GIVEN RECORDS>
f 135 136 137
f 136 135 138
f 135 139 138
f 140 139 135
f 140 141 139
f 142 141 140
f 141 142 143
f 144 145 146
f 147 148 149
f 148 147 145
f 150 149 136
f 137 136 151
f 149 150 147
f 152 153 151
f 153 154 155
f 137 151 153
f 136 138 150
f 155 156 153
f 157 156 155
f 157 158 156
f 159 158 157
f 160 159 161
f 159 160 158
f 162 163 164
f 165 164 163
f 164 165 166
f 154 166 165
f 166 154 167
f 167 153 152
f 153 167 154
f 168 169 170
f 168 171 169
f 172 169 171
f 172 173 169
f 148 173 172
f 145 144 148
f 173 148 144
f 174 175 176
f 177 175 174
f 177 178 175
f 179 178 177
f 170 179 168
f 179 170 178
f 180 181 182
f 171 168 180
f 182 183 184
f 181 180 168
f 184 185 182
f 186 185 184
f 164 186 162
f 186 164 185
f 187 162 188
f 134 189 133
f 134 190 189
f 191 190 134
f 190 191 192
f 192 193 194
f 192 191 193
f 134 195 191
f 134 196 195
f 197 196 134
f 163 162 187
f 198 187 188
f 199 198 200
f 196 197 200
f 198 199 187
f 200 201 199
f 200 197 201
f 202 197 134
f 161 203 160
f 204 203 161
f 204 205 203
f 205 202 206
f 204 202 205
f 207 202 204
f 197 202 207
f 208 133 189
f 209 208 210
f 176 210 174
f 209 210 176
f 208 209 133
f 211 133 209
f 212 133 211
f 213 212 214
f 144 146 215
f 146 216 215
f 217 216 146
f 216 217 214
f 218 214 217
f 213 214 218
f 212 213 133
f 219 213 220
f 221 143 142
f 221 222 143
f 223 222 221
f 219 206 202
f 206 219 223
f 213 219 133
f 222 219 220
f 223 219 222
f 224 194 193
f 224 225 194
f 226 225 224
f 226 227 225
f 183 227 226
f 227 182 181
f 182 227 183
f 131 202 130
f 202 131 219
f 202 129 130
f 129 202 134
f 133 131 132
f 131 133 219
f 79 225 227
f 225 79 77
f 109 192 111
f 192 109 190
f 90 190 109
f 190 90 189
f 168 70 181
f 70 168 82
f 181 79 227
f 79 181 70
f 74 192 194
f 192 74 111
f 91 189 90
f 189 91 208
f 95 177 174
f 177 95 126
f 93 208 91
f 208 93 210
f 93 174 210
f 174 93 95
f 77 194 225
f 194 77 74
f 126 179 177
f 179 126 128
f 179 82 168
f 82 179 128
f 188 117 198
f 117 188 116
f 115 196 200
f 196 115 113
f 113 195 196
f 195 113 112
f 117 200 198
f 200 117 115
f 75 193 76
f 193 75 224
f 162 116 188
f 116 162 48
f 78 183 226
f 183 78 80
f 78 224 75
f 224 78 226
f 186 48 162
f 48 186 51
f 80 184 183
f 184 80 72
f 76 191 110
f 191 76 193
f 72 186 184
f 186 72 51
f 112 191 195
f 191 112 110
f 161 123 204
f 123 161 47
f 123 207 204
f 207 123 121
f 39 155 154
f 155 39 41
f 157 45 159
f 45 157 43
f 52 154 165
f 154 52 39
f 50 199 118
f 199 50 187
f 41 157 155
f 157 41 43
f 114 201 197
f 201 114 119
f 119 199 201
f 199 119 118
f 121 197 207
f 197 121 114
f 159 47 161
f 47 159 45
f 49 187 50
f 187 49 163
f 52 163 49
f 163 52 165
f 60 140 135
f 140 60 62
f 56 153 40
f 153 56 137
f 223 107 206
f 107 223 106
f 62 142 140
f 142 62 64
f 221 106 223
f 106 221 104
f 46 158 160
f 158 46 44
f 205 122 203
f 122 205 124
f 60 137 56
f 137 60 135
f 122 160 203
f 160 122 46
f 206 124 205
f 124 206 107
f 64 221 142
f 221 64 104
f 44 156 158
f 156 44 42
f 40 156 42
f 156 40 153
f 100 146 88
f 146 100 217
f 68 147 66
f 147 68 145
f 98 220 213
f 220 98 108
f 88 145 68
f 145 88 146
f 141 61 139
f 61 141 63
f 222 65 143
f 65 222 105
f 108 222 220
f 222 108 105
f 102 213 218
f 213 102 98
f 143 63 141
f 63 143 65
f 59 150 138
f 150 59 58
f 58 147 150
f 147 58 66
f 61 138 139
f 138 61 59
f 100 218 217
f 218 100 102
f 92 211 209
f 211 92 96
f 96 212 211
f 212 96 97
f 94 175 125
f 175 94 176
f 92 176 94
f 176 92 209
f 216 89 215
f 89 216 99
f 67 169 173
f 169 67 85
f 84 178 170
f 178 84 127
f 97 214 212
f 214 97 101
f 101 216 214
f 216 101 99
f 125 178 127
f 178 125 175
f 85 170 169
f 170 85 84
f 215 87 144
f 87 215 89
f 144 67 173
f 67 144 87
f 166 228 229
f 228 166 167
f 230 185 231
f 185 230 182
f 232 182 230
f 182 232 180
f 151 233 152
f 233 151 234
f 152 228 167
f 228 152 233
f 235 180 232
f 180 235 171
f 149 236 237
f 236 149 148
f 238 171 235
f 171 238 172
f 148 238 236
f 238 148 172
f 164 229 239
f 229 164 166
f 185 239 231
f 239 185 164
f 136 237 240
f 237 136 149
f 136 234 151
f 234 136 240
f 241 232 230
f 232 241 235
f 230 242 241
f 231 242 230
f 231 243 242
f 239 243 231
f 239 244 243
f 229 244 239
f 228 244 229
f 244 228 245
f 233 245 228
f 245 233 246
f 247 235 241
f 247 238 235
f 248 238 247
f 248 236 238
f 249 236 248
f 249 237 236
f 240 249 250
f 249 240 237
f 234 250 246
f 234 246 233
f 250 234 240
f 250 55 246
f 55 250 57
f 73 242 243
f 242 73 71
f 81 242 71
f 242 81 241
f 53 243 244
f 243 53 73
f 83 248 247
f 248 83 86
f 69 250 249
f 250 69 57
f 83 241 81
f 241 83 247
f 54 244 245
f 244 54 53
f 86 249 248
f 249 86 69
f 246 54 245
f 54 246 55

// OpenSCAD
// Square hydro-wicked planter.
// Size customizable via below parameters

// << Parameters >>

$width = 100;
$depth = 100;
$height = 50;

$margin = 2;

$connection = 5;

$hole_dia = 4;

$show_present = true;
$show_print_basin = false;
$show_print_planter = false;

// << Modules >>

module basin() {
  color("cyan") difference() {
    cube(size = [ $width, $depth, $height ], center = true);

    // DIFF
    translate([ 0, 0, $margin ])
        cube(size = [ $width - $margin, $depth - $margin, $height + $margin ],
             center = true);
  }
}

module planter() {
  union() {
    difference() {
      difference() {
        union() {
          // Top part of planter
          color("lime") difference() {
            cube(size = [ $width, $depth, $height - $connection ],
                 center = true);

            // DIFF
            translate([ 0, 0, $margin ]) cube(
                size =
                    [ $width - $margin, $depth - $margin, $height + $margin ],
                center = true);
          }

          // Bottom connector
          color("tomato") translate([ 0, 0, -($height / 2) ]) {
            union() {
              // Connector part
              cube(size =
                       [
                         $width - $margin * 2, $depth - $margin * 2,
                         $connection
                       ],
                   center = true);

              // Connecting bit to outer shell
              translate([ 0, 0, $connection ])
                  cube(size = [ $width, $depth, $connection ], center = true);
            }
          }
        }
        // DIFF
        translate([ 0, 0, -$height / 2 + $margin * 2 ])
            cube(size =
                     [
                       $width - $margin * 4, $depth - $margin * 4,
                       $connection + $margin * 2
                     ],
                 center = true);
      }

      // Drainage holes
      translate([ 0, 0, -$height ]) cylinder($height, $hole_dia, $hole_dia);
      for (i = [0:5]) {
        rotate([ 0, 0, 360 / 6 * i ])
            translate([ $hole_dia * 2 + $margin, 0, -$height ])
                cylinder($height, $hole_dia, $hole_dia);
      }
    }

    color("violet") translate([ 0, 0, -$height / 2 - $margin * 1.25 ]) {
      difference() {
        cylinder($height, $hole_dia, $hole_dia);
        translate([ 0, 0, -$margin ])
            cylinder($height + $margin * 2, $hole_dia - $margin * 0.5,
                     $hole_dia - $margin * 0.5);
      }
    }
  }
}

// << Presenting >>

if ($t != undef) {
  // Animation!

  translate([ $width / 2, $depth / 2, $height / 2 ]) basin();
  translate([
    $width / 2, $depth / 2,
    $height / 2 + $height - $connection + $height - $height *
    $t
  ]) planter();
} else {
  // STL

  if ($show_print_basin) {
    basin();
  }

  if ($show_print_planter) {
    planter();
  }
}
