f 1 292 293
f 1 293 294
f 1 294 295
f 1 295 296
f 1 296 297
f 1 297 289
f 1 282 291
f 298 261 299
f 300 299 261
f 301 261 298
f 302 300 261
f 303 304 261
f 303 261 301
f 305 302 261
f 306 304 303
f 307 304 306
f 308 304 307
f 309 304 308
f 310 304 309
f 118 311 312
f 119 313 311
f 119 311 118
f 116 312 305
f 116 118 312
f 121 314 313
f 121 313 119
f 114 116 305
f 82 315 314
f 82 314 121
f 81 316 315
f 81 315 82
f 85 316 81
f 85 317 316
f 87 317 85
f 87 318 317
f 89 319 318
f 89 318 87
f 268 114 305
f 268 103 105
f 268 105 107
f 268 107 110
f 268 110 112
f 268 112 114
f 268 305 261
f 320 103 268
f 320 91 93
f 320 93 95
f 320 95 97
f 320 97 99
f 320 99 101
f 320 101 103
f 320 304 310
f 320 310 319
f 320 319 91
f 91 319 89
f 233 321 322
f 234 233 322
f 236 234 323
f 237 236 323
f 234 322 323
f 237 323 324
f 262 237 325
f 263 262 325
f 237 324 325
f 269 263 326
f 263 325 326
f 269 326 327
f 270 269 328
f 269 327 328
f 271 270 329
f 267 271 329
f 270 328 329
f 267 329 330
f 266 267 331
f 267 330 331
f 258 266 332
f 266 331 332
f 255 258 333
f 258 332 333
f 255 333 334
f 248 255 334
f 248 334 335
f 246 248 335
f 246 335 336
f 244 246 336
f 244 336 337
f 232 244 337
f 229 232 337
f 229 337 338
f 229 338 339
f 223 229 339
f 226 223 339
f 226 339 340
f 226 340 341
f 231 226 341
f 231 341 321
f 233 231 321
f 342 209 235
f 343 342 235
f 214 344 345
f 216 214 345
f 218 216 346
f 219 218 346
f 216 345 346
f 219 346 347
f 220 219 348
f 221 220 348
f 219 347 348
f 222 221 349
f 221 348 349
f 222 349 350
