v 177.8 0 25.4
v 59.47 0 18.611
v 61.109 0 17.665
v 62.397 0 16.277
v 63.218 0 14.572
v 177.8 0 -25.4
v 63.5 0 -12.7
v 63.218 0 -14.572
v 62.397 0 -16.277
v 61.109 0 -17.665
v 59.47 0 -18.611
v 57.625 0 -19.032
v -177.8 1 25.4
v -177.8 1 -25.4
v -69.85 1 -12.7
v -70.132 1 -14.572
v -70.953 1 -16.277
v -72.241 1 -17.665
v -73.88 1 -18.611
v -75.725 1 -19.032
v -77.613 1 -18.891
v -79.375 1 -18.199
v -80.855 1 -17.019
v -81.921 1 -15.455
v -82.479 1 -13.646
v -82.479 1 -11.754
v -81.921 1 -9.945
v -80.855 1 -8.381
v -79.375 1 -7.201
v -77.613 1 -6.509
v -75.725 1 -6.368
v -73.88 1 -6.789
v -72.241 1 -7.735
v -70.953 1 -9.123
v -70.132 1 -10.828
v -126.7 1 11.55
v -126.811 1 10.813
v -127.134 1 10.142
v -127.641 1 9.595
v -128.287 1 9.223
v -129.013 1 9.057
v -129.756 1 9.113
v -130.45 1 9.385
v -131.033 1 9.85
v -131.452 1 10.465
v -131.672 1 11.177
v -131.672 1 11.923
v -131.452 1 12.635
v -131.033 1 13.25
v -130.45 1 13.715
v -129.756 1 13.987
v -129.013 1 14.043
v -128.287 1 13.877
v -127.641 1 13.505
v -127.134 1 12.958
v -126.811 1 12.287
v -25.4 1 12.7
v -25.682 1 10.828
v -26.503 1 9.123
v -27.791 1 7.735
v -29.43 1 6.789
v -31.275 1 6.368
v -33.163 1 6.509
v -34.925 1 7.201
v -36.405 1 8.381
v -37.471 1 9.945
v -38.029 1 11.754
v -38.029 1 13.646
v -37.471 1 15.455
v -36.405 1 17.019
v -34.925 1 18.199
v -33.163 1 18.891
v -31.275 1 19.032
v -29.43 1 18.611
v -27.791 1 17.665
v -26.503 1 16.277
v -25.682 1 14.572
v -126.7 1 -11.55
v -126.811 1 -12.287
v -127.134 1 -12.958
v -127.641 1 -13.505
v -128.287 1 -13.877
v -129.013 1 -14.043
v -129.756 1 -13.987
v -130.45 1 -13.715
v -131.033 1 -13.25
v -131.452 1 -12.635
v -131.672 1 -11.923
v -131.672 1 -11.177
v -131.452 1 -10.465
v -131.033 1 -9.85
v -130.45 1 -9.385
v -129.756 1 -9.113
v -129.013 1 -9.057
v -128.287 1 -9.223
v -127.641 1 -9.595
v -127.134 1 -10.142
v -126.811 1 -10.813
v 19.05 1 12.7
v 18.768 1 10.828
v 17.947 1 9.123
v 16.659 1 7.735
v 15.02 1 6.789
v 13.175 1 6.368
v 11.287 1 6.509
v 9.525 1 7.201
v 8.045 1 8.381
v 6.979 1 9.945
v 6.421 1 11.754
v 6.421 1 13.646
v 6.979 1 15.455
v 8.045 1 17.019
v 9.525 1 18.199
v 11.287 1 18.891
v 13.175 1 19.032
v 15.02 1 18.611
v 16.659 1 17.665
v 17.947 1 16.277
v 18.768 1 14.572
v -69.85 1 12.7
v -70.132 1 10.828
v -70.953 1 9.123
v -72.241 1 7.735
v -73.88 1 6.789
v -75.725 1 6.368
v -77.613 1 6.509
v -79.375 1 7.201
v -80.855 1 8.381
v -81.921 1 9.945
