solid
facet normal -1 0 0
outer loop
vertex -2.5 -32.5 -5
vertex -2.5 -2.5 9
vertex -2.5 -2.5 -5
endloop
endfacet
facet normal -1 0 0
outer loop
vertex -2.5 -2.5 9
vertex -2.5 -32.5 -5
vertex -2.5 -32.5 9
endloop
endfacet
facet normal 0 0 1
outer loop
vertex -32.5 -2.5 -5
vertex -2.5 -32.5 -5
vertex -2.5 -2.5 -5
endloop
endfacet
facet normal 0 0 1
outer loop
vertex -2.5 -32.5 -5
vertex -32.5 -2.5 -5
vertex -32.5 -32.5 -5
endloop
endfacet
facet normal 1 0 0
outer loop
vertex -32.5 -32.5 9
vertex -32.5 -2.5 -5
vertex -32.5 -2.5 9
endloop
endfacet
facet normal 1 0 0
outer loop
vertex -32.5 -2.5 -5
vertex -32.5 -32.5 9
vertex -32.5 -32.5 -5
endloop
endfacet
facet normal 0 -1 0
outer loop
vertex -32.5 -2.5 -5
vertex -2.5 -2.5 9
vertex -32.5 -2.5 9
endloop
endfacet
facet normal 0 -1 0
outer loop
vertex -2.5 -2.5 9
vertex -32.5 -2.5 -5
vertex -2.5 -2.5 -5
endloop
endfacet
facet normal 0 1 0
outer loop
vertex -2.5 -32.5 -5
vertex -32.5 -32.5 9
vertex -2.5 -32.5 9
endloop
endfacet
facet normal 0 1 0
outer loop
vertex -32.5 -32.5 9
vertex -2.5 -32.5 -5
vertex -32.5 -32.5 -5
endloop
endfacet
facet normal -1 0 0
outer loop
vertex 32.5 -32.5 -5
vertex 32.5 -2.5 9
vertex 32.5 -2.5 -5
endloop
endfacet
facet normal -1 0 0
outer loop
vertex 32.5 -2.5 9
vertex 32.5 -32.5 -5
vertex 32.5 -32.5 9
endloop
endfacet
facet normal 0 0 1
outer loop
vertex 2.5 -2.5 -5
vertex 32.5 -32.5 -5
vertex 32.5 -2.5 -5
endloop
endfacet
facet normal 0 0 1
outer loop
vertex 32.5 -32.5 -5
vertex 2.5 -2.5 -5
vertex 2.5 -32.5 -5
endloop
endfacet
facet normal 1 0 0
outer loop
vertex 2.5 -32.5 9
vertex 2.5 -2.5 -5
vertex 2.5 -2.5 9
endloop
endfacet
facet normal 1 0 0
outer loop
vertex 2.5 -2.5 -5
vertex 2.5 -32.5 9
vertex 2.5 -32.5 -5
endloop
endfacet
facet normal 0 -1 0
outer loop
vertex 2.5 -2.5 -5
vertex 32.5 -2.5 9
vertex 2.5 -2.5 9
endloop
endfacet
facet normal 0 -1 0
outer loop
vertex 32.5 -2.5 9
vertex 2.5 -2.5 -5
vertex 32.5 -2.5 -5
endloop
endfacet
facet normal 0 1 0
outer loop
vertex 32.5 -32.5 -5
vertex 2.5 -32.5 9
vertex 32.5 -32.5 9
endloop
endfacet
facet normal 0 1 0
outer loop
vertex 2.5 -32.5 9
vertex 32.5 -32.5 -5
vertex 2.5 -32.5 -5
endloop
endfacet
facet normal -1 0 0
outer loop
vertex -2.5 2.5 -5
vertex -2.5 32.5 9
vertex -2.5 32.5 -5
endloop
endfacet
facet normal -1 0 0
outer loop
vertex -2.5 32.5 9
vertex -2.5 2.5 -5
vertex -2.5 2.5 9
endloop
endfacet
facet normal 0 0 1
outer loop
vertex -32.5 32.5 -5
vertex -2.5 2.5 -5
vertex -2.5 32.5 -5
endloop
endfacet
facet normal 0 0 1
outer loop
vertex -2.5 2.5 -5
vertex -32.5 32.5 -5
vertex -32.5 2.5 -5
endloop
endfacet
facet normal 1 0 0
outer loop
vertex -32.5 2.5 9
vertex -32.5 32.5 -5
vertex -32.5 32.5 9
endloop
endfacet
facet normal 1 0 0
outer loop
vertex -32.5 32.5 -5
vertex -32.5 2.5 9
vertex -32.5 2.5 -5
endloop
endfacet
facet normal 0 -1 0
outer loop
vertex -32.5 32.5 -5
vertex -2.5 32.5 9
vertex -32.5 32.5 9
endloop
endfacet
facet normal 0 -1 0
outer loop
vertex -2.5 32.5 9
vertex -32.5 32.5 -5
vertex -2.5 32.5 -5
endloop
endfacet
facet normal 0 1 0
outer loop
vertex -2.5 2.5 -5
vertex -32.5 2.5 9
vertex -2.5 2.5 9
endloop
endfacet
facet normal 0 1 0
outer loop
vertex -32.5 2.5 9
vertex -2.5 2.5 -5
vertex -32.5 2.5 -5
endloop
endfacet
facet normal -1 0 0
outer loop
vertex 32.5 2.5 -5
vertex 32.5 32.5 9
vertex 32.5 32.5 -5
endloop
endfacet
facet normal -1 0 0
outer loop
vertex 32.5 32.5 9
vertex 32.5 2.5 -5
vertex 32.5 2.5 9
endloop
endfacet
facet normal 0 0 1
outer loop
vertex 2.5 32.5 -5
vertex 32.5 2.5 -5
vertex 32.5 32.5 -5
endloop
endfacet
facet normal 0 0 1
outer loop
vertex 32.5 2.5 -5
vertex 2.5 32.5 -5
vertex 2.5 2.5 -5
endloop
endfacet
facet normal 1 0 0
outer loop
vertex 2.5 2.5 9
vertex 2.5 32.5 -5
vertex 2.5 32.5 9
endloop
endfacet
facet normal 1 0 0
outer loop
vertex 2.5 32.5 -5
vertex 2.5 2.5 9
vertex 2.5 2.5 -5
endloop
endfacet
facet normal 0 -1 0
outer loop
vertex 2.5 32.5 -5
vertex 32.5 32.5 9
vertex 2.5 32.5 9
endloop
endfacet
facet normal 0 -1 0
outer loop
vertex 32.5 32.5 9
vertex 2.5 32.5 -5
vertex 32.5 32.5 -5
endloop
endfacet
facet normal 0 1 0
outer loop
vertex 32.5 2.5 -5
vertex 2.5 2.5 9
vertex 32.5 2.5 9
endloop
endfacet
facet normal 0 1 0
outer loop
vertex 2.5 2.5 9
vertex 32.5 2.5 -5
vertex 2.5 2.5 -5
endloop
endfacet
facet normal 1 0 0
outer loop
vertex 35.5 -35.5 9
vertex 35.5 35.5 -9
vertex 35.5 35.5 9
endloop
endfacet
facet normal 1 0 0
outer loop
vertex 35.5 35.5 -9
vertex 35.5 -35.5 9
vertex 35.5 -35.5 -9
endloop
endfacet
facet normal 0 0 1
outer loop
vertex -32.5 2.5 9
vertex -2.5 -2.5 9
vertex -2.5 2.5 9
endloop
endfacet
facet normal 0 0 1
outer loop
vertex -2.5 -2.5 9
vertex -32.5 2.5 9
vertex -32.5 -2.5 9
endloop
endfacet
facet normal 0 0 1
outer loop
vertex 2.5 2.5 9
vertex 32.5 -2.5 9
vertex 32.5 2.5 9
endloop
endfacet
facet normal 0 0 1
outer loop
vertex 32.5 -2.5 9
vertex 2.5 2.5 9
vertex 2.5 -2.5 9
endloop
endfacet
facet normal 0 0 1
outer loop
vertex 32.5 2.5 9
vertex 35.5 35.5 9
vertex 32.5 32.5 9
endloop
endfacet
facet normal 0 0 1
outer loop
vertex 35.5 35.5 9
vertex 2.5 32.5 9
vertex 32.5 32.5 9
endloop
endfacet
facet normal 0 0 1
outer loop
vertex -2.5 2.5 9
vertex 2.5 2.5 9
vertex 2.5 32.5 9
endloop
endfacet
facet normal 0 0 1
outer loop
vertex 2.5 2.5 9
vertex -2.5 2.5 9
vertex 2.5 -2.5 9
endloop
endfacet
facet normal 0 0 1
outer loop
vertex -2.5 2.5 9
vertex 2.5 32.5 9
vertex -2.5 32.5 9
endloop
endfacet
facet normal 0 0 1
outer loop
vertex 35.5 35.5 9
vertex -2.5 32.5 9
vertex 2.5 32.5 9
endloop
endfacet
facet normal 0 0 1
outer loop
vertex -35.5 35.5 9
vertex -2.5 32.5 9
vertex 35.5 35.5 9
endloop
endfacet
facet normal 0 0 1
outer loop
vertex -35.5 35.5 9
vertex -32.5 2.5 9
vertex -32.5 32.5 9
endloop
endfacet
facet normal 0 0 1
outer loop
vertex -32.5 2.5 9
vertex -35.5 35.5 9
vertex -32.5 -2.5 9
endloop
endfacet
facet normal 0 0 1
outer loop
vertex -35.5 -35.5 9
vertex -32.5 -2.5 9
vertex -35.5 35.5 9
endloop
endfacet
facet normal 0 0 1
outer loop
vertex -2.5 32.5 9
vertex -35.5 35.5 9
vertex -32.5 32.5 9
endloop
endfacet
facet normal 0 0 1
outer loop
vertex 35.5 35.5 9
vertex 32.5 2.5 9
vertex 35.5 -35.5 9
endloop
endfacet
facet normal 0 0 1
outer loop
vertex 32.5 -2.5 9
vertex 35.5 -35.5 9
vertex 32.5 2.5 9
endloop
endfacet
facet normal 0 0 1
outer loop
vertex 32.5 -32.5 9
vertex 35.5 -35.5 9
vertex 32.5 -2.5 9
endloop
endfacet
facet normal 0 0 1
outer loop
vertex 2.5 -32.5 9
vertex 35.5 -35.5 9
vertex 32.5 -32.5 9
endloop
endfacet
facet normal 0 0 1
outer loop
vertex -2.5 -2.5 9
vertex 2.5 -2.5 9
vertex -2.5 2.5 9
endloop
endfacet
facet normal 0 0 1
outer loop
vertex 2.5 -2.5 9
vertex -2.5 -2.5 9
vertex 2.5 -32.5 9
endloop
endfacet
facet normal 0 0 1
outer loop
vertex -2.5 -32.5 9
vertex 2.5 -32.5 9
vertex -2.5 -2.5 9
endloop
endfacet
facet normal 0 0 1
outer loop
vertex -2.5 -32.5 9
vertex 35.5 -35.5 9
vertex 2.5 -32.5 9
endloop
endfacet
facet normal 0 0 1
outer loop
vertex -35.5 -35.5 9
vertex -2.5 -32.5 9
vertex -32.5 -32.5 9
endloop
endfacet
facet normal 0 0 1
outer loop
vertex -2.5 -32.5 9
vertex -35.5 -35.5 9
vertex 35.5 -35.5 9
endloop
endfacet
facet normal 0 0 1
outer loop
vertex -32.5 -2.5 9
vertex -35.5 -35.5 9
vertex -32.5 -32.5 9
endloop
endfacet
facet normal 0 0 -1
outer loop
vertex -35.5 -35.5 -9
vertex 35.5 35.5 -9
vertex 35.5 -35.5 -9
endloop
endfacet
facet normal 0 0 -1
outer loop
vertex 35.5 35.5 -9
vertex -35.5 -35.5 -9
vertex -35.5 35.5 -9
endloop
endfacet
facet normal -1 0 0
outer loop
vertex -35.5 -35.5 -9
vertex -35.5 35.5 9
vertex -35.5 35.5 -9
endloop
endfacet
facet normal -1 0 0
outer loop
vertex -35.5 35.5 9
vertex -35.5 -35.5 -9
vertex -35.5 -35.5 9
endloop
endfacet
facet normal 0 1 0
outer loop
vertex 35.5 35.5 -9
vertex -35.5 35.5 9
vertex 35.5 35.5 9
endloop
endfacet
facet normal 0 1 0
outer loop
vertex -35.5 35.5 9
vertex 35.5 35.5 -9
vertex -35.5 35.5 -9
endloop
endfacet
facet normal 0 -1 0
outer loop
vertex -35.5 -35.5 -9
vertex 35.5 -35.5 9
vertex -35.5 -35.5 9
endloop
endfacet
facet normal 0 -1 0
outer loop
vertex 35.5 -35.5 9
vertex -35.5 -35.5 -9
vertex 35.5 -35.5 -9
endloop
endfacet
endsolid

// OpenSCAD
$fn = 32;

// ----------------------------------------------------------------------
// Pocket plate 71 x 71 x 18
// 2 x 2 pockets 30 mm square, 14 mm deep
// ----------------------------------------------------------------------

// --- parameters (mm) ---
thickness = 18;  // plate thickness
floor_t = 4;     // material left under each pocket
pocket = 30;     // pocket side length
pitch_x = 35;    // pocket pitch along X
pitch_y = 35;    // pocket pitch along Y
cols = 2;        // pockets per row
rows = 2;        // rows of pockets

// --- derived feature positions (mm) ---
depth = thickness - floor_t;        // = 14   pocket depth, down to the floor
span_x = (cols - 1) * pitch_x;      // = 35   distance between outer pockets
span_y = (rows - 1) * pitch_y;      // = 35   distance between outer pocket rows
origin_x = -span_x / 2;             // = -17.5   X of the first pocket
origin_y = -span_y / 2;             // = -17.5   Y of the first pocket
plate = [span_x + pocket + 6, span_y + pocket + 6, thickness];  // = [71, 71, 18]   overall size: pockets plus 3 mm of wall on each side
feature_centers = [
  [origin_x + 0 * pitch_x, origin_y + 0 * pitch_y],
  [origin_x + 1 * pitch_x, origin_y + 0 * pitch_y],
  [origin_x + 0 * pitch_x, origin_y + 1 * pitch_y],
  [origin_x + 1 * pitch_x, origin_y + 1 * pitch_y]
];   // pocket centres, used verbatim by the cutter loop

// plate outline, then one pocket per centre in feature_centers
difference() {
  cube(plate, center = true);
  for (centre = feature_centers)
    translate([centre[0] - pocket / 2, centre[1] - pocket / 2, plate[2] / 2 - depth])
      cube([pocket, pocket, depth + 1]);  // centred on the declared pocket centre
}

PROBLEM> The answer is the run of lines above from the line containing "f 1 294 295" through the line containing "f 116 312 305", copied exactly and alone.

TASK SOLUTION>
f 1 294 295
f 1 295 296
f 1 296 297
f 1 297 289
f 1 282 291
f 298 261 299
f 300 299 261
f 301 261 298
f 302 300 261
f 303 304 261
f 303 261 301
f 305 302 261
f 306 304 303
f 307 304 306
f 308 304 307
f 309 304 308
f 310 304 309
f 118 311 312
f 119 313 311
f 119 311 118
f 116 312 305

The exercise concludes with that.